# mobile



## Boomer (May 13, 2006)

open first wide open triple two ret. long middle bird 450 yards. Dogs are rolling to the right behind flyer or hanging up in the high cover about half way out. very good marking test. will not finish today. MORE LATER


----------



## TimThurby (May 22, 2004)

Heard the Q had 2 dogs left to run the 4th series in the morning.

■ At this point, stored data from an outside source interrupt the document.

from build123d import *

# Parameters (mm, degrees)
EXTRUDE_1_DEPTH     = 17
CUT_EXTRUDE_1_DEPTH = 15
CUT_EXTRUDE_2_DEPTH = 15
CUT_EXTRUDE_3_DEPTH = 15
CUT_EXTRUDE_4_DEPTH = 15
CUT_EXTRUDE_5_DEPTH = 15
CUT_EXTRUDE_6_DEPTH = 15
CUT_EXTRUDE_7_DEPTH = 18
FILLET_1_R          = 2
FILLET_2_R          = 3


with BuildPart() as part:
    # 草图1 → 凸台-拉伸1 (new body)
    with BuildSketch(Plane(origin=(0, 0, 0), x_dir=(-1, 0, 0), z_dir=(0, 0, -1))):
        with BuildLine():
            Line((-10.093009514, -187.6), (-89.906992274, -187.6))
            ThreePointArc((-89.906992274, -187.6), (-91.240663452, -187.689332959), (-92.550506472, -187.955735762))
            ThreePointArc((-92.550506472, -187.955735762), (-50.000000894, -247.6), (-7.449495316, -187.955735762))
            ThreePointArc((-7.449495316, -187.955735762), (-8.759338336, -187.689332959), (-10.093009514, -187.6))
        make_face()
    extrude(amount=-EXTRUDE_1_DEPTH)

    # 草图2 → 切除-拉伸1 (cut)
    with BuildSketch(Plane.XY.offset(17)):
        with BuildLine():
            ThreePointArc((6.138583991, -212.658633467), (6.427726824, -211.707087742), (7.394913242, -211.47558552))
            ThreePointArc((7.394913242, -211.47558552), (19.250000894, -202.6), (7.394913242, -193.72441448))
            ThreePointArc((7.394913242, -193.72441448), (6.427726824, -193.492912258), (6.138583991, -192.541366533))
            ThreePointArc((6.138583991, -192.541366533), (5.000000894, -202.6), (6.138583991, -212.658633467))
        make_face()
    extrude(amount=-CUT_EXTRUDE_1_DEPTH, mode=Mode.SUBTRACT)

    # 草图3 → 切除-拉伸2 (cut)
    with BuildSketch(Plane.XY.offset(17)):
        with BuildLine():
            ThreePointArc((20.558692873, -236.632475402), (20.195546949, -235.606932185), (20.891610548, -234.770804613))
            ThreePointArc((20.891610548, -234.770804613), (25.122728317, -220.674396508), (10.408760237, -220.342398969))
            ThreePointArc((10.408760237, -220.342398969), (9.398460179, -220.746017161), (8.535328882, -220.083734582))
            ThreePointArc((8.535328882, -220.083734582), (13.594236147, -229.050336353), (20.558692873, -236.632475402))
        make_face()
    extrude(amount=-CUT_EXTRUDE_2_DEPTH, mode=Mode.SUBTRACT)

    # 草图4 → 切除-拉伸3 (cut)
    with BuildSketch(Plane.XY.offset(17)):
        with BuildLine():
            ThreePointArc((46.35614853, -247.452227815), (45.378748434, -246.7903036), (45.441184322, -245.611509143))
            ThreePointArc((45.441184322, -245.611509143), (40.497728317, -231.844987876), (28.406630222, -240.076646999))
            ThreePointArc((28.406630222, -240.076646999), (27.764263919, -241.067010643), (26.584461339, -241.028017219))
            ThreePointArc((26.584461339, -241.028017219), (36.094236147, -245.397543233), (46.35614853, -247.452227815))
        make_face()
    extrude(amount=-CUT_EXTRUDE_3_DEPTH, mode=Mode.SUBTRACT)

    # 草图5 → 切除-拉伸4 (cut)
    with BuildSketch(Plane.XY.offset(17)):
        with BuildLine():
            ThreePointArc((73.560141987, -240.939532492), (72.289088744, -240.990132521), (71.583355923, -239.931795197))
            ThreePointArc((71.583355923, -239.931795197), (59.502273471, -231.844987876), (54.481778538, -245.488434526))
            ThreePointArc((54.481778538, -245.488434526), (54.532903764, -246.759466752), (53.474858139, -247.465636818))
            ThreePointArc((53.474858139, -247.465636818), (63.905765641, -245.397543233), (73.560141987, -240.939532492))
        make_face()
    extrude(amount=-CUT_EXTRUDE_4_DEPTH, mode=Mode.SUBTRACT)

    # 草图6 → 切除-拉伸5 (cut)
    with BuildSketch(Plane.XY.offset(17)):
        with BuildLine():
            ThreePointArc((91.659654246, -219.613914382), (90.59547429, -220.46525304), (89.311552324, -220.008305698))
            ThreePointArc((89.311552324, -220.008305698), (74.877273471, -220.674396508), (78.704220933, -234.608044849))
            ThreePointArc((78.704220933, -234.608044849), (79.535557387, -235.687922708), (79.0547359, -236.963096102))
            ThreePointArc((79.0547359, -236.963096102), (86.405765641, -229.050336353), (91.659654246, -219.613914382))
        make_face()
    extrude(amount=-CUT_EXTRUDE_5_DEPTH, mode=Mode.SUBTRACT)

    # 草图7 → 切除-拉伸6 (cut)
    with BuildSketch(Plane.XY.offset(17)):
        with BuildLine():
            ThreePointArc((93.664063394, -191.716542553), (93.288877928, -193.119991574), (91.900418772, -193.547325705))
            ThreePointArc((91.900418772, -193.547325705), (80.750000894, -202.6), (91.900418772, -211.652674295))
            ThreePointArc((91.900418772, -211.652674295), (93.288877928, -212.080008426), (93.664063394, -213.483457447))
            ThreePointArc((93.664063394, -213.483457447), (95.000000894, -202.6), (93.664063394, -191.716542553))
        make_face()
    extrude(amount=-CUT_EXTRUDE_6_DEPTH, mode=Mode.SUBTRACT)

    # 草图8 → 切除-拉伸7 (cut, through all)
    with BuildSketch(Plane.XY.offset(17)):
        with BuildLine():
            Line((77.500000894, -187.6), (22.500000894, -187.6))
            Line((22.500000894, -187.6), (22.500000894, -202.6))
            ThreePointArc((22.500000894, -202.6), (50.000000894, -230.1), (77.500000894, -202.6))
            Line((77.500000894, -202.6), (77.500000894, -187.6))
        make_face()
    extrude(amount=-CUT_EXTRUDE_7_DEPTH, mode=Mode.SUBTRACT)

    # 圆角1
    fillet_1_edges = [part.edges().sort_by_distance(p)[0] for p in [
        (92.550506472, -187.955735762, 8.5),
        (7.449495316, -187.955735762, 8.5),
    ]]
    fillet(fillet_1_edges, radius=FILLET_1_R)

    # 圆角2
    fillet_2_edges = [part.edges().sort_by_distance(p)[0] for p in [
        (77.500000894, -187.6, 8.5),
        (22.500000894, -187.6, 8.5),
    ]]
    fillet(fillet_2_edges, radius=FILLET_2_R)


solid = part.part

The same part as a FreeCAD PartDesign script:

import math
import FreeCAD as App
import Part
import Sketcher
from FreeCAD import Vector
Q = App.Units.Quantity


def edges_at(feature, points):
    """Names of the edges that pass closest to the given points."""
    edges = feature.Shape.Edges
    near = lambda p: min(range(len(edges)), key=lambda i: edges[i].distToShape(Part.Vertex(*p))[0])
    return sorted({f"Edge{near(p) + 1}" for p in points})

doc = App.newDocument("Part")
body = doc.addObject("PartDesign::Body", "Body")

sketch1 = body.newObject("Sketcher::SketchObject", "Sketch")
sketch1.AttachmentSupport = (doc.getObject("XY_Plane"), [""])
sketch1.MapMode = "FlatFace"
sketch1.addGeometry(Part.LineSegment(Vector(10.09301, -187.6, 0), Vector(89.906992, -187.6, 0)), False)
sketch1.addGeometry(Part.ArcOfCircle(Part.Circle(Vector(89.906992, -197.6, 0), Vector(0, 0, 1), 10), math.radians(74.671582), math.radians(90)), False)
sketch1.addGeometry(Part.ArcOfCircle(Part.Circle(Vector(50.000001, -202.6, 0), Vector(0, 0, 1), 45), math.radians(161.008487), math.radians(378.991513)), False)
sketch1.addGeometry(Part.ArcOfCircle(Part.Circle(Vector(10.09301, -197.6, 0), Vector(0, 0, 1), 10), math.radians(90), math.radians(105.328418)), False)
sketch1.addConstraint(Sketcher.Constraint("Tangent", 0, 2, 1, 2))
sketch1.addConstraint(Sketcher.Constraint("Coincident", 1, 1, 2, 2))
sketch1.addConstraint(Sketcher.Constraint("Coincident", 2, 1, 3, 2))
sketch1.addConstraint(Sketcher.Constraint("Tangent", 3, 1, 0, 1))
sketch1.addConstraint(Sketcher.Constraint("Horizontal", 0))
sketch1.addConstraint(Sketcher.Constraint("Equal", 1, 3))
sketch1.addConstraint(Sketcher.Constraint("Horizontal", 1, 1, 2, 1))
sketch1.addConstraint(Sketcher.Constraint("Radius", 1, Q("10 mm")))
sketch1.addConstraint(Sketcher.Constraint("Radius", 2, Q("45 mm")))
sketch1.addConstraint(Sketcher.Constraint("DistanceX", -1, 1, 2, 3, Q("50.000001 mm")))
sketch1.addConstraint(Sketcher.Constraint("DistanceY", 2, 3, 1, 3, Q("5 mm")))
sketch1.addConstraint(Sketcher.Constraint("DistanceY", 1, 3, -1, 1, Q("197.6 mm")))
sketch1.addConstraint(Sketcher.Constraint("DistanceX", 0, 1, 0, 2, Q("79.813983 mm")))
pad1 = body.newObject("PartDesign::Pad", "Pad")
pad1.Profile = sketch1
pad1.Length = 17

sketch2 = body.newObject("Sketcher::SketchObject", "Sketch001")
sketch2.AttachmentSupport = (doc.getObject("XY_Plane"), [""])
sketch2.MapMode = "FlatFace"
sketch2.AttachmentOffset = App.Placement(Vector(0, 0, 17), App.Rotation())
sketch2.addGeometry(Part.ArcOfCircle(Part.Circle(Vector(7.113282, -212.435108, 0), Vector(0, 0, 1), 1), math.radians(73.642422), math.radians(192.916169)), False)
sketch2.addGeometry(Part.ArcOfCircle(Part.Circle(Vector(10.000001, -202.6, 0), Vector(0, 0, 1), 9.25), math.radians(-106.357578), math.radians(106.357578)), False)
sketch2.addGeometry(Part.ArcOfCircle(Part.Circle(Vector(7.113282, -192.764892, 0), Vector(0, 0, 1), 1), math.radians(167.083831), math.radians(286.357578)), False)
sketch2.addGeometry(Part.ArcOfCircle(Part.Circle(Vector(50.000001, -202.6, 0), Vector(0, 0, 1), 45), math.radians(167.083831), math.radians(192.916169)), False)
sketch2.addConstraint(Sketcher.Constraint("Tangent", 0, 1, 1, 1))
sketch2.addConstraint(Sketcher.Constraint("Tangent", 1, 2, 2, 2))
sketch2.addConstraint(Sketcher.Constraint("Tangent", 2, 1, 3, 1))
sketch2.addConstraint(Sketcher.Constraint("Tangent", 3, 2, 0, 2))
sketch2.addConstraint(Sketcher.Constraint("Equal", 0, 2))
sketch2.addConstraint(Sketcher.Constraint("Horizontal", 1, 3, 3, 3))
sketch2.addConstraint(Sketcher.Constraint("Radius", 0, Q("1 mm")))
sketch2.addConstraint(Sketcher.Constraint("Radius", 3, Q("45 mm")))
sketch2.addConstraint(Sketcher.Constraint("Radius", 1, Q("9.25 mm")))
sketch2.addConstraint(Sketcher.Constraint("DistanceX", -1, 1, 1, 3, Q("10.000001 mm")))
sketch2.addConstraint(Sketcher.Constraint("DistanceX", -1, 1, 3, 3, Q("50.000001 mm")))
sketch2.addConstraint(Sketcher.Constraint("DistanceY", 1, 3, -1, 1, Q("202.6 mm")))
pocket1 = body.newObject("PartDesign::Pocket", "Pocket")
pocket1.Profile = sketch2
pocket1.Length = 15

sketch3 = body.newObject("Sketcher::SketchObject", "Sketch002")
sketch3.AttachmentSupport = (doc.getObject("XY_Plane"), [""])
sketch3.MapMode = "FlatFace"
sketch3.AttachmentOffset = App.Placement(Vector(0, 0, 17), App.Rotation())
sketch3.addGeometry(Part.ArcOfCircle(Part.Circle(Vector(21.278369, -235.80057, 0), Vector(0, 0, 1), 1.1), math.radians(110.58514), math.radians(229.137097)), False)
sketch3.addGeometry(Part.ArcOfCircle(Part.Circle(Vector(17.639321, -226.11141, 0), Vector(0, 0, 1), 9.25), math.radians(-69.41486), math.radians(141.41486)), False)
sketch3.addGeometry(Part.ArcOfCircle(Part.Circle(Vector(9.54891, -219.656354, 0), Vector(0, 0, 1), 1.1), math.radians(-157.137097), math.radians(-38.58514)), False)
sketch3.addGeometry(Part.ArcOfCircle(Part.Circle(Vector(50.000001, -202.6, 0), Vector(0, 0, 1), 45), math.radians(-157.137097), math.radians(-130.862903)), False)
sketch3.addConstraint(Sketcher.Constraint("Tangent", 0, 1, 1, 1))
sketch3.addConstraint(Sketcher.Constraint("Tangent", 1, 2, 2, 2))
sketch3.addConstraint(Sketcher.Constraint("Tangent", 2, 1, 3, 1))
sketch3.addConstraint(Sketcher.Constraint("Tangent", 3, 2, 0, 2))
sketch3.addConstraint(Sketcher.Constraint("Equal", 0, 2))
sketch3.addConstraint(Sketcher.Constraint("Radius", 3, Q("45 mm")))
sketch3.addConstraint(Sketcher.Constraint("Radius", 0, Q("1.1 mm")))
sketch3.addConstraint(Sketcher.Constraint("Radius", 1, Q("9.25 mm")))
sketch3.addConstraint(Sketcher.Constraint("DistanceX", -1, 1, 3, 3, Q("50.000001 mm")))
sketch3.addConstraint(Sketcher.Constraint("DistanceY", 3, 3, -1, 1, Q("202.6 mm")))
sketch3.addConstraint(Sketcher.Constraint("DistanceY", 1, 2, -1, 1, Q("220.342399 mm")))
sketch3.addConstraint(Sketcher.Constraint("DistanceX", 2, 3, 0, 1, Q("11.342701 mm")))
pocket2 = body.newObject("PartDesign::Pocket", "Pocket001")
pocket2.Profile = sketch3
pocket2.Length = 15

Don't have any callbacks though.

Tim


----------



## Bear00 (Jul 13, 2008)

Over 20 dogs left to run in the Open 1st.


----------



## TimThurby (May 22, 2004)

Qualifying Results:

1st - 7 Cruisin' Hallowed Grounds O/Tim & Shannon Thurby H/Joe Harp
2nd - 16 BLACKHORSE THE MISHAP O/Susan Krechel H/Joe Harp 
3rd - 24 Maggie's Black Diamond II O/Ron Bradshaw H/Joe Harp
4th - 21 Sweetwater Raider Six O/Thomas Harvey H/Mike Harvey 
RJam - 22 Rainy River Lucky O/Marsha McGee H/Marsha McGee or Wayne Curtis

Congrats to the all Twin Oak Crew on the taking the top three placements.

Tim


----------



## FOM (Jan 17, 2003)

Congrats to Team Bones on your Q win!


----------



## BBnumber1 (Apr 5, 2006)

Congrats on Bones win Tim...


----------



## TMURRAY (Feb 17, 2005)

Congrats to Tim and Shannon and Team Bones on your Q win!!!!! Way to go guys!!

Troy


----------



## Howard N (Jan 3, 2003)

*Good going Bones!!*


----------



## Jason E. (Sep 9, 2004)

Congrats Tim


----------



## Steve (Jan 4, 2003)

Congrats Tim, Shannon & Bones. Good job by Joey taking 1, 2, & 3. Hope the open goes as well and maybe Chef, Duke & Lassie can go to Disneyland.


----------



## croppiemstr (Feb 12, 2009)

WAY TO GO BOOOOOONNNNNESSSSS Congrats Mr. Tim, Miss. Shannon and handler Mr. Joe


----------



## Brent McDowell (Jul 2, 2008)

Any updates on the Open or Am?


----------



## Shawn Graddy (Jul 22, 2005)

AM callbacks 4th 1 4 10 17 18 19 23 24. 34 43 46 50 55 58


----------



## FoxHollowKennels (Jul 26, 2009)

OPEN RESULTS 
1st place. 18 Chance. Bruce Hall 
2nd. 80 Cutter. Jeff Talley 
3rd 58. Rae. Dick Kaiser 
4th 7. Rebel. Wayne. Curtis 

Sorry don't know jams 

Congratulations to all


----------



## MKaty Gutermuth (Aug 17, 2004)

YAHOOO Bruce Hall and Jeff Tally that is GREAT news!!!


----------



## JusticeDog (Jul 3, 2003)

FoxHollowKennels said:


> 3rd 58. Rae. Dick Kaiser


Congrats to Dick & Charlotte.... & of course, Rae!


----------



## cakaiser (Jul 12, 2007)

Bummer about that 1 point, Susan...

The second qualifies Jeffrey, awesome!!


----------



## Becky Mills (Jun 6, 2004)

Congratulations to Team Fox Hollow! Y'all be careful on the way home.


----------



## Kirk D (Apr 3, 2005)

A HUGE congrats to Dash and Lanier Fogg winning the AM. Dash just needed 1/2 pt for her title. So Dash is now AFC Ida Red's Atlanta Challenge MH!!!!!!!!!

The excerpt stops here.